── Data records

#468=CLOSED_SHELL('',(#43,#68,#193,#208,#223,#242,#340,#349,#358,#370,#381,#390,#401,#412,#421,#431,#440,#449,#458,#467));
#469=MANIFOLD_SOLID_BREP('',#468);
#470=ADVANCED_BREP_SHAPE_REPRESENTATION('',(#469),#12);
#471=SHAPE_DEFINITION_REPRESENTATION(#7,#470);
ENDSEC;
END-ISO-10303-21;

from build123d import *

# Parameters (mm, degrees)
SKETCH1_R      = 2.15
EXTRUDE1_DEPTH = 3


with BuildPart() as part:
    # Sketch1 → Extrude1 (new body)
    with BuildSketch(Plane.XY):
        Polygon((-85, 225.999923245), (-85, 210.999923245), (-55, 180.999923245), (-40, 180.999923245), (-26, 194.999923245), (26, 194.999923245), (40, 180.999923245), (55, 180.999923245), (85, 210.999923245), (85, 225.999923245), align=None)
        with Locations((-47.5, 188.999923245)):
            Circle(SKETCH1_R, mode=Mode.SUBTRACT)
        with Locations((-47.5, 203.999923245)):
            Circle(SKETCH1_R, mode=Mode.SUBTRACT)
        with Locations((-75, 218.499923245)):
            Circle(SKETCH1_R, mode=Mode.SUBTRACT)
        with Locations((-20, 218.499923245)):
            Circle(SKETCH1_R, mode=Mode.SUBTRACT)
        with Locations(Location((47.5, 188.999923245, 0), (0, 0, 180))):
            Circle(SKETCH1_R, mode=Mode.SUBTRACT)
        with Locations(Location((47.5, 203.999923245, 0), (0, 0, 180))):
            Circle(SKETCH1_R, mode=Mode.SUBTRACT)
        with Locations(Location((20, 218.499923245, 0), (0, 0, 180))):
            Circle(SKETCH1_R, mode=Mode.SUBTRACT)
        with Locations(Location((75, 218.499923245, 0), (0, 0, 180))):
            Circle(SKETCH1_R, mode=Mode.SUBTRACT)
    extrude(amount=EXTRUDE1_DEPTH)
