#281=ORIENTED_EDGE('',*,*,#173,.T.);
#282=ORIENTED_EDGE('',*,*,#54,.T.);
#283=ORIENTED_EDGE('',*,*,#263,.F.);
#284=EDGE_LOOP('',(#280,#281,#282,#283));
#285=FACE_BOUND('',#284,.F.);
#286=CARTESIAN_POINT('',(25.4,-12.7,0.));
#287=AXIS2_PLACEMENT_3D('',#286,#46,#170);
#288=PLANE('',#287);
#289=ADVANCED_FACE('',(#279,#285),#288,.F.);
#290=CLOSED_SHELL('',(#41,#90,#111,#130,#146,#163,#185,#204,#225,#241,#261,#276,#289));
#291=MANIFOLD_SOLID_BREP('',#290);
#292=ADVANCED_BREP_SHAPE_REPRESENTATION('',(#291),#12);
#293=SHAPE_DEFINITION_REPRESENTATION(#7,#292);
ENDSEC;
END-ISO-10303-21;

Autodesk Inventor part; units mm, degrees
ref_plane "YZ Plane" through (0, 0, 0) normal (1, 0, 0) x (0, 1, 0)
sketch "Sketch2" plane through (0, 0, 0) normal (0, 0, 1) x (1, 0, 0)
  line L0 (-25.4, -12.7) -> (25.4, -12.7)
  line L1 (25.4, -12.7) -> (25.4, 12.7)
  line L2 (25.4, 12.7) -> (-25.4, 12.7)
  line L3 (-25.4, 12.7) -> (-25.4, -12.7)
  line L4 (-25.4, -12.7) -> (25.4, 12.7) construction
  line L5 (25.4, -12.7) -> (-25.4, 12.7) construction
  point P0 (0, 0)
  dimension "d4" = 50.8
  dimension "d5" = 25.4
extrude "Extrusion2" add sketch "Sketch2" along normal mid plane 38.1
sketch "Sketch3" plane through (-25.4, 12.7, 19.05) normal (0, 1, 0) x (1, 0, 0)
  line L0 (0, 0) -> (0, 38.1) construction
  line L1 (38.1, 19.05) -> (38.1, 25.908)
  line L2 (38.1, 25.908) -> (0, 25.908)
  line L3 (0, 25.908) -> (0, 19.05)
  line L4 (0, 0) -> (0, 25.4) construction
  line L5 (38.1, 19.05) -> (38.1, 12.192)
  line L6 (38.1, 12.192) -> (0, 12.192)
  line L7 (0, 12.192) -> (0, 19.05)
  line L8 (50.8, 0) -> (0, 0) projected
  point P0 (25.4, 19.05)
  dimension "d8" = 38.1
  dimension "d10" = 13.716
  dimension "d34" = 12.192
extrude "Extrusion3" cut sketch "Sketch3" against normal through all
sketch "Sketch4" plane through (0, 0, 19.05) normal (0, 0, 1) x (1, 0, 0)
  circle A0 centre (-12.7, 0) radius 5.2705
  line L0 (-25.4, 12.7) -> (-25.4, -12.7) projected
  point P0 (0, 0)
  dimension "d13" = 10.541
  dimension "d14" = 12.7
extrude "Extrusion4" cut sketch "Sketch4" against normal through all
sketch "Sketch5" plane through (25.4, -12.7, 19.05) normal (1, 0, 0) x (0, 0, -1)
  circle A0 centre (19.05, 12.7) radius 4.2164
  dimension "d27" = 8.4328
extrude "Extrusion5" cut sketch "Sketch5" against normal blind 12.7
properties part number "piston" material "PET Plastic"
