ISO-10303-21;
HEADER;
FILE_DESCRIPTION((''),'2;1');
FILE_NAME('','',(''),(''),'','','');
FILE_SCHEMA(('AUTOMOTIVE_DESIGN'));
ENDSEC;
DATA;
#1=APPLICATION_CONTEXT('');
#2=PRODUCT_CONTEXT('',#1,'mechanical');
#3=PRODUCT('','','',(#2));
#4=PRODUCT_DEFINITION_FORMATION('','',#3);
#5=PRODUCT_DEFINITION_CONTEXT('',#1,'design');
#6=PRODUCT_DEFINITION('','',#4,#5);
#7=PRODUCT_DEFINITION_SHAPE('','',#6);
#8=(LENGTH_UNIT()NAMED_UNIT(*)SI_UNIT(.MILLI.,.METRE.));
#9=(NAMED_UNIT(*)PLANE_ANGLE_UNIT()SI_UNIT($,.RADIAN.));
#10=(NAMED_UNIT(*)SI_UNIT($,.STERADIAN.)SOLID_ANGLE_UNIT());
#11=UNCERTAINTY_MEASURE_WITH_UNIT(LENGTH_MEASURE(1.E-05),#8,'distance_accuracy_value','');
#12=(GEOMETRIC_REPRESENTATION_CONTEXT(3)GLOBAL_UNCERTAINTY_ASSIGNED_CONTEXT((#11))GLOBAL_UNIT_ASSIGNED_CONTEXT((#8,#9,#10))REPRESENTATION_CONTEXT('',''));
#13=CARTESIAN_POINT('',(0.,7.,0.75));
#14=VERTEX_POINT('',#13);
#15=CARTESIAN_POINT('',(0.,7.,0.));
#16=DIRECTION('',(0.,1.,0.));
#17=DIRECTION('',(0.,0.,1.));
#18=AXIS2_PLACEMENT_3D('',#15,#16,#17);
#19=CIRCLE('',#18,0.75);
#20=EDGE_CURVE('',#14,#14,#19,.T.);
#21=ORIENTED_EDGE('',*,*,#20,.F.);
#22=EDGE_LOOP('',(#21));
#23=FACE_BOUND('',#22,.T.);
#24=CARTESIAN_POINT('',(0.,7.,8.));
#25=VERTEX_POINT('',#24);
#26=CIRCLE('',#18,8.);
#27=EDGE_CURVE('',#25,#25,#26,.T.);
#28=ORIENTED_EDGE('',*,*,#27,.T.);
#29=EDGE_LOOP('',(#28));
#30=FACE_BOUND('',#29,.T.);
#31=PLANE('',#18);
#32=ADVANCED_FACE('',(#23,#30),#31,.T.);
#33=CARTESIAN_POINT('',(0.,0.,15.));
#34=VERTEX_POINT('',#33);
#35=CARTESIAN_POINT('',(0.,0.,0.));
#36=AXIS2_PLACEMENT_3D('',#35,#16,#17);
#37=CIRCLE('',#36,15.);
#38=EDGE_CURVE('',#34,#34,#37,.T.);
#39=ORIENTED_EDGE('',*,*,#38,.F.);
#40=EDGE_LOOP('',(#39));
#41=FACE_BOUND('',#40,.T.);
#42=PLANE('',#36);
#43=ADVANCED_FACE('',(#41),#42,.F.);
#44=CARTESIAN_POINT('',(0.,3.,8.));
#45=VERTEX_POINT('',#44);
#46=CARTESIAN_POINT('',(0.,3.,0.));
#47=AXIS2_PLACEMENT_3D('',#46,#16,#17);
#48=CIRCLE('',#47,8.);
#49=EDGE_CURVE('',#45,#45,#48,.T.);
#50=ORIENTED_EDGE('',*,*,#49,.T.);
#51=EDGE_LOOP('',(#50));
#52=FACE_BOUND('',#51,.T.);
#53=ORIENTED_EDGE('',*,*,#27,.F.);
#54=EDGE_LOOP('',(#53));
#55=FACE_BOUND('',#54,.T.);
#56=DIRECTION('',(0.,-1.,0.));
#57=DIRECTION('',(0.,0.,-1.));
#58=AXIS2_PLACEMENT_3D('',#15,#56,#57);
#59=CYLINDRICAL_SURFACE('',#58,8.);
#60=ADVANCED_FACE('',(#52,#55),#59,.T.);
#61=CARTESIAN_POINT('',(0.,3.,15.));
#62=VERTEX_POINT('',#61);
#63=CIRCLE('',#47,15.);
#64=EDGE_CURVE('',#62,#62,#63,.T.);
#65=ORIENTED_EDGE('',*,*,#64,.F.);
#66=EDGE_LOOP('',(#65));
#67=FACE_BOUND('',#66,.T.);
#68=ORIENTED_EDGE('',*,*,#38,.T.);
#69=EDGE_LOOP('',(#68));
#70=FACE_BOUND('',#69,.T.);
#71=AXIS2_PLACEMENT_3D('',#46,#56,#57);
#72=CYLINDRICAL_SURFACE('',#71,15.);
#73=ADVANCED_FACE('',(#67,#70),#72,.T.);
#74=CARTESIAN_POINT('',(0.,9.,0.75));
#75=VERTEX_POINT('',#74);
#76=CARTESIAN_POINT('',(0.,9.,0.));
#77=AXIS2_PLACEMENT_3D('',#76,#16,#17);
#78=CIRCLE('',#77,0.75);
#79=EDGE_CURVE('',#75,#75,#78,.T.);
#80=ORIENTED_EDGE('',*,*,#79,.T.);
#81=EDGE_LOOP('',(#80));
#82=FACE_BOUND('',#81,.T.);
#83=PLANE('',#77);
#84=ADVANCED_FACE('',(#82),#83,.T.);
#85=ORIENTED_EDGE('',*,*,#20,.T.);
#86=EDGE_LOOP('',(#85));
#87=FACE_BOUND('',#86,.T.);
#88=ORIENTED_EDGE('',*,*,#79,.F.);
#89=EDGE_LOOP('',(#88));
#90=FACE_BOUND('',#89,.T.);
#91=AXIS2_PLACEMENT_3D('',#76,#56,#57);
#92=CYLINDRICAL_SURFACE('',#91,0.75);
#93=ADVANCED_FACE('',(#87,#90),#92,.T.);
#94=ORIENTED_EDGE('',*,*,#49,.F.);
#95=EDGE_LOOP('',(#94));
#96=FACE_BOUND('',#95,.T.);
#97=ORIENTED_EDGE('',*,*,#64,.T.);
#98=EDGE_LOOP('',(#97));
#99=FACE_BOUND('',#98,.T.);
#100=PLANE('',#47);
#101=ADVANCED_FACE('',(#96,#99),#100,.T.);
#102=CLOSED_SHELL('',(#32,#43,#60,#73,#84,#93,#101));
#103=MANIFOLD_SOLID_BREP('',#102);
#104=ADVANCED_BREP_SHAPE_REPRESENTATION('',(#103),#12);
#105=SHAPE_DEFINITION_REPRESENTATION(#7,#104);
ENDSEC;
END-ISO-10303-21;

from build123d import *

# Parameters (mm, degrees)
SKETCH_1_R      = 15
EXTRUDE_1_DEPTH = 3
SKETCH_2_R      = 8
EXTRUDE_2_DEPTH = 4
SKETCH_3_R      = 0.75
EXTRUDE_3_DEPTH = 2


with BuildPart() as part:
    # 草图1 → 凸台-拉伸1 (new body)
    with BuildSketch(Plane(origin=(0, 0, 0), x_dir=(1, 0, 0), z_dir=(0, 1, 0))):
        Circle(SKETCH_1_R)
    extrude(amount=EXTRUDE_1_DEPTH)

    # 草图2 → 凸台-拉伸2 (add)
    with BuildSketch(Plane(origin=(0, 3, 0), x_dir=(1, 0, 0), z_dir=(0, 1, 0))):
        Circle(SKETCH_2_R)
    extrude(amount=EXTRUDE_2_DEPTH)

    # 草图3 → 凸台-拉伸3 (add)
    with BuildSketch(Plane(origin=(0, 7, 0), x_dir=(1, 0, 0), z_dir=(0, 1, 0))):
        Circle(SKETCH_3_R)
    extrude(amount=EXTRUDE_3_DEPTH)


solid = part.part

────
── Data records

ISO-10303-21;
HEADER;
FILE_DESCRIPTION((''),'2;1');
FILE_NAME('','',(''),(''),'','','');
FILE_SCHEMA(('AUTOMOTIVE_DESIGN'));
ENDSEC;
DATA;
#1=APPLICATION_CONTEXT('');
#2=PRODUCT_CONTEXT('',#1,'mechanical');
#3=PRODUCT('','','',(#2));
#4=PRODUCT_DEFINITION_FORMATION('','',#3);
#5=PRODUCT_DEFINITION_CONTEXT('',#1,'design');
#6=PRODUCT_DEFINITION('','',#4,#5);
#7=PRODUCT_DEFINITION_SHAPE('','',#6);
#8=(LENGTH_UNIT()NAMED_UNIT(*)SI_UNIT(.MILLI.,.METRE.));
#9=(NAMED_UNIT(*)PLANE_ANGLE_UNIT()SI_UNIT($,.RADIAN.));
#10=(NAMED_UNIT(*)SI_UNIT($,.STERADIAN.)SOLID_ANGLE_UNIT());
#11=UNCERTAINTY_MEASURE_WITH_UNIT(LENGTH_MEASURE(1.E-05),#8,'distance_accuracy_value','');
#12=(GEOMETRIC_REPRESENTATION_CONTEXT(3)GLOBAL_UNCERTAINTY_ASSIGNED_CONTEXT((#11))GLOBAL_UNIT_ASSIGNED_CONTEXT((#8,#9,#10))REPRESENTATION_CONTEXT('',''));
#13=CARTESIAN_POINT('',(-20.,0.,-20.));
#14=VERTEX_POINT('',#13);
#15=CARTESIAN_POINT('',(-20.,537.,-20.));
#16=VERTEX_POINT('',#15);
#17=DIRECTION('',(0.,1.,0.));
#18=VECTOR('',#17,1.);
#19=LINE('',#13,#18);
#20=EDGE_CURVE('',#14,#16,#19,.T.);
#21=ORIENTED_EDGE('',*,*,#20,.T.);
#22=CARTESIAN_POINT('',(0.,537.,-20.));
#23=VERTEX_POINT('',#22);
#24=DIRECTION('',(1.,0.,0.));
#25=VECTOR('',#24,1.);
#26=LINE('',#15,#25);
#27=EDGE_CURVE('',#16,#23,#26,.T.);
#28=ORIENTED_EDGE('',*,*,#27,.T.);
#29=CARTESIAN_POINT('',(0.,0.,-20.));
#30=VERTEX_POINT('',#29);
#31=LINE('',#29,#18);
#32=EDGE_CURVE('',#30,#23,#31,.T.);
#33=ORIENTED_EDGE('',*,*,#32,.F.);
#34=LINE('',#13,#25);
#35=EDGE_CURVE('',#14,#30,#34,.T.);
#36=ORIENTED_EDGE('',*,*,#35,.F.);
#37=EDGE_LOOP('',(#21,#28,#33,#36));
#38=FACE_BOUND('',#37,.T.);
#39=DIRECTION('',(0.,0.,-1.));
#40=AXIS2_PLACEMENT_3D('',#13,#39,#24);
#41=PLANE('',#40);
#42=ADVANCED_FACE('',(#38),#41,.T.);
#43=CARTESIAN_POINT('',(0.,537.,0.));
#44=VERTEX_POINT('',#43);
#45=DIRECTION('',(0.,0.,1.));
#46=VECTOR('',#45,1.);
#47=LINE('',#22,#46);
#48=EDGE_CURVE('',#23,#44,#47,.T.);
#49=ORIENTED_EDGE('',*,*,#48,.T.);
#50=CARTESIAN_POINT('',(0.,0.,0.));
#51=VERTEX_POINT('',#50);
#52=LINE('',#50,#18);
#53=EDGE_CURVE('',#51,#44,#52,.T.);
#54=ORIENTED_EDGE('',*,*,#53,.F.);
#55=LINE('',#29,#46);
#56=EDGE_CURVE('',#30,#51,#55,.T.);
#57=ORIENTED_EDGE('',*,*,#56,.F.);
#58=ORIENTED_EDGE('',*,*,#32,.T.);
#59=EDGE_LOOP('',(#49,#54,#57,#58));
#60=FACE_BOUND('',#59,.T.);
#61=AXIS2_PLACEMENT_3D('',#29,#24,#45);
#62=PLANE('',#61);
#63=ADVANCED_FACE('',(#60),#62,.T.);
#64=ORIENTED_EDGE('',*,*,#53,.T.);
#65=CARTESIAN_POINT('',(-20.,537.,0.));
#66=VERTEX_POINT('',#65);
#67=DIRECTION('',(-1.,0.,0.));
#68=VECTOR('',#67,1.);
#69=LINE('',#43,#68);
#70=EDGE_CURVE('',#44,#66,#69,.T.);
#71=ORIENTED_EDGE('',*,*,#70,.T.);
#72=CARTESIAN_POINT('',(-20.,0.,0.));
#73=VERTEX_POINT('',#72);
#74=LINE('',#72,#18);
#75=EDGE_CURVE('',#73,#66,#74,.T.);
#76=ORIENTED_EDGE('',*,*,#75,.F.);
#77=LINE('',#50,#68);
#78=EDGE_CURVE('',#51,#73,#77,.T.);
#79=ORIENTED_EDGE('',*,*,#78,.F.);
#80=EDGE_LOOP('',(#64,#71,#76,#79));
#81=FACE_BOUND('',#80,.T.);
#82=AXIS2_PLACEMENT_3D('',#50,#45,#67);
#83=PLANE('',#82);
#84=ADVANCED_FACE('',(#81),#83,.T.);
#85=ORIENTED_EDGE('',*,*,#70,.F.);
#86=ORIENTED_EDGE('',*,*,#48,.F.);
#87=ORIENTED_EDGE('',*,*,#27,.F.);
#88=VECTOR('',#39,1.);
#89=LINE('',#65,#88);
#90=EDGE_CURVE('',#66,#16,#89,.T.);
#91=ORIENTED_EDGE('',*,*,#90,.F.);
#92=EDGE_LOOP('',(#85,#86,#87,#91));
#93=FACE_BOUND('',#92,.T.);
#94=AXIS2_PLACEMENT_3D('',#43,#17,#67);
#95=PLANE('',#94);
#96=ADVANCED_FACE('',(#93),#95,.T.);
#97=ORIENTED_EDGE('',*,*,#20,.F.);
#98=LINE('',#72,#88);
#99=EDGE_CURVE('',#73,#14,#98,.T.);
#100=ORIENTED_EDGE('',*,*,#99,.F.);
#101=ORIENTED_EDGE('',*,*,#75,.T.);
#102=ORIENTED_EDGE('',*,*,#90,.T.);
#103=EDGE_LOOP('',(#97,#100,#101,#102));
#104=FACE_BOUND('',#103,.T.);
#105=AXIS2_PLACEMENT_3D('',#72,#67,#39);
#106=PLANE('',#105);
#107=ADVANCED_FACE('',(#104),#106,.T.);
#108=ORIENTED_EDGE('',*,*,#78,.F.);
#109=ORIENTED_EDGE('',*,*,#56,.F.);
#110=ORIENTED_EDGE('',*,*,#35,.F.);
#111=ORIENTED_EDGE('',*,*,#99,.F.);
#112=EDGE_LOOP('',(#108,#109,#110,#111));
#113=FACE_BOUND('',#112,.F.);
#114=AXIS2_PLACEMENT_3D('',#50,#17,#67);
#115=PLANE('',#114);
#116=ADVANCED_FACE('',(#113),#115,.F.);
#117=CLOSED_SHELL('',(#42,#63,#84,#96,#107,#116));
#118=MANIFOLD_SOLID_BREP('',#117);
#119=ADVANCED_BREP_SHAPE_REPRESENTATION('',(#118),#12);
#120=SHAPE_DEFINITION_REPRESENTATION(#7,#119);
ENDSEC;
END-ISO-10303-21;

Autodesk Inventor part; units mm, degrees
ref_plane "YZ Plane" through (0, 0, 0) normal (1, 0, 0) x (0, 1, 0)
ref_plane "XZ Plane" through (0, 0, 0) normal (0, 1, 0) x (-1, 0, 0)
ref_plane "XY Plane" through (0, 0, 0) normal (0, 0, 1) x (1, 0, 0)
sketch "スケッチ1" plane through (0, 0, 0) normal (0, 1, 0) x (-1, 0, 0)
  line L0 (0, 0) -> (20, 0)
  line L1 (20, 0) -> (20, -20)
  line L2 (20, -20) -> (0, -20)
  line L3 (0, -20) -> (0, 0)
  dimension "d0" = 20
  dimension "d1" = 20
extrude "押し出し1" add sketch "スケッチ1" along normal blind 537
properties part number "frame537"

────

▶ **Task details**
Reproduce word for word the material above, beginning with the line that contains "#284=EDGE_LOOP('',(#280,#281,#282,#283));" and ending with the line that contains "0) x (1, 0, 0)".

▶ **Answer below**
#284=EDGE_LOOP('',(#280,#281,#282,#283));
#285=FACE_BOUND('',#284,.F.);
#286=CARTESIAN_POINT('',(25.4,-12.7,0.));
#287=AXIS2_PLACEMENT_3D('',#286,#46,#170);
#288=PLANE('',#287);
#289=ADVANCED_FACE('',(#279,#285),#288,.F.);
#290=CLOSED_SHELL('',(#41,#90,#111,#130,#146,#163,#185,#204,#225,#241,#261,#276,#289));
#291=MANIFOLD_SOLID_BREP('',#290);
#292=ADVANCED_BREP_SHAPE_REPRESENTATION('',(#291),#12);
#293=SHAPE_DEFINITION_REPRESENTATION(#7,#292);
ENDSEC;
END-ISO-10303-21;

Autodesk Inventor part; units mm, degrees
ref_plane "YZ Plane" through (0, 0, 0) normal (1, 0, 0) x (0, 1, 0)
sketch "Sketch2" plane through (0, 0, 0) normal (0, 0, 1) x (1, 0, 0)
  line L0 (-25.4, -12.7) -> (25.4, -12.7)
  line L1 (25.4, -12.7) -> (25.4, 12.7)
  line L2 (25.4, 12.7) -> (-25.4, 12.7)
  line L3 (-25.4, 12.7) -> (-25.4, -12.7)
  line L4 (-25.4, -12.7) -> (25.4, 12.7) construction
  line L5 (25.4, -12.7) -> (-25.4, 12.7) construction
  point P0 (0, 0)
  dimension "d4" = 50.8
  dimension "d5" = 25.4
extrude "Extrusion2" add sketch "Sketch2" along normal mid plane 38.1
sketch "Sketch3" plane through (-25.4, 12.7, 19.05) normal (0, 1, 0) x (1, 0, 0)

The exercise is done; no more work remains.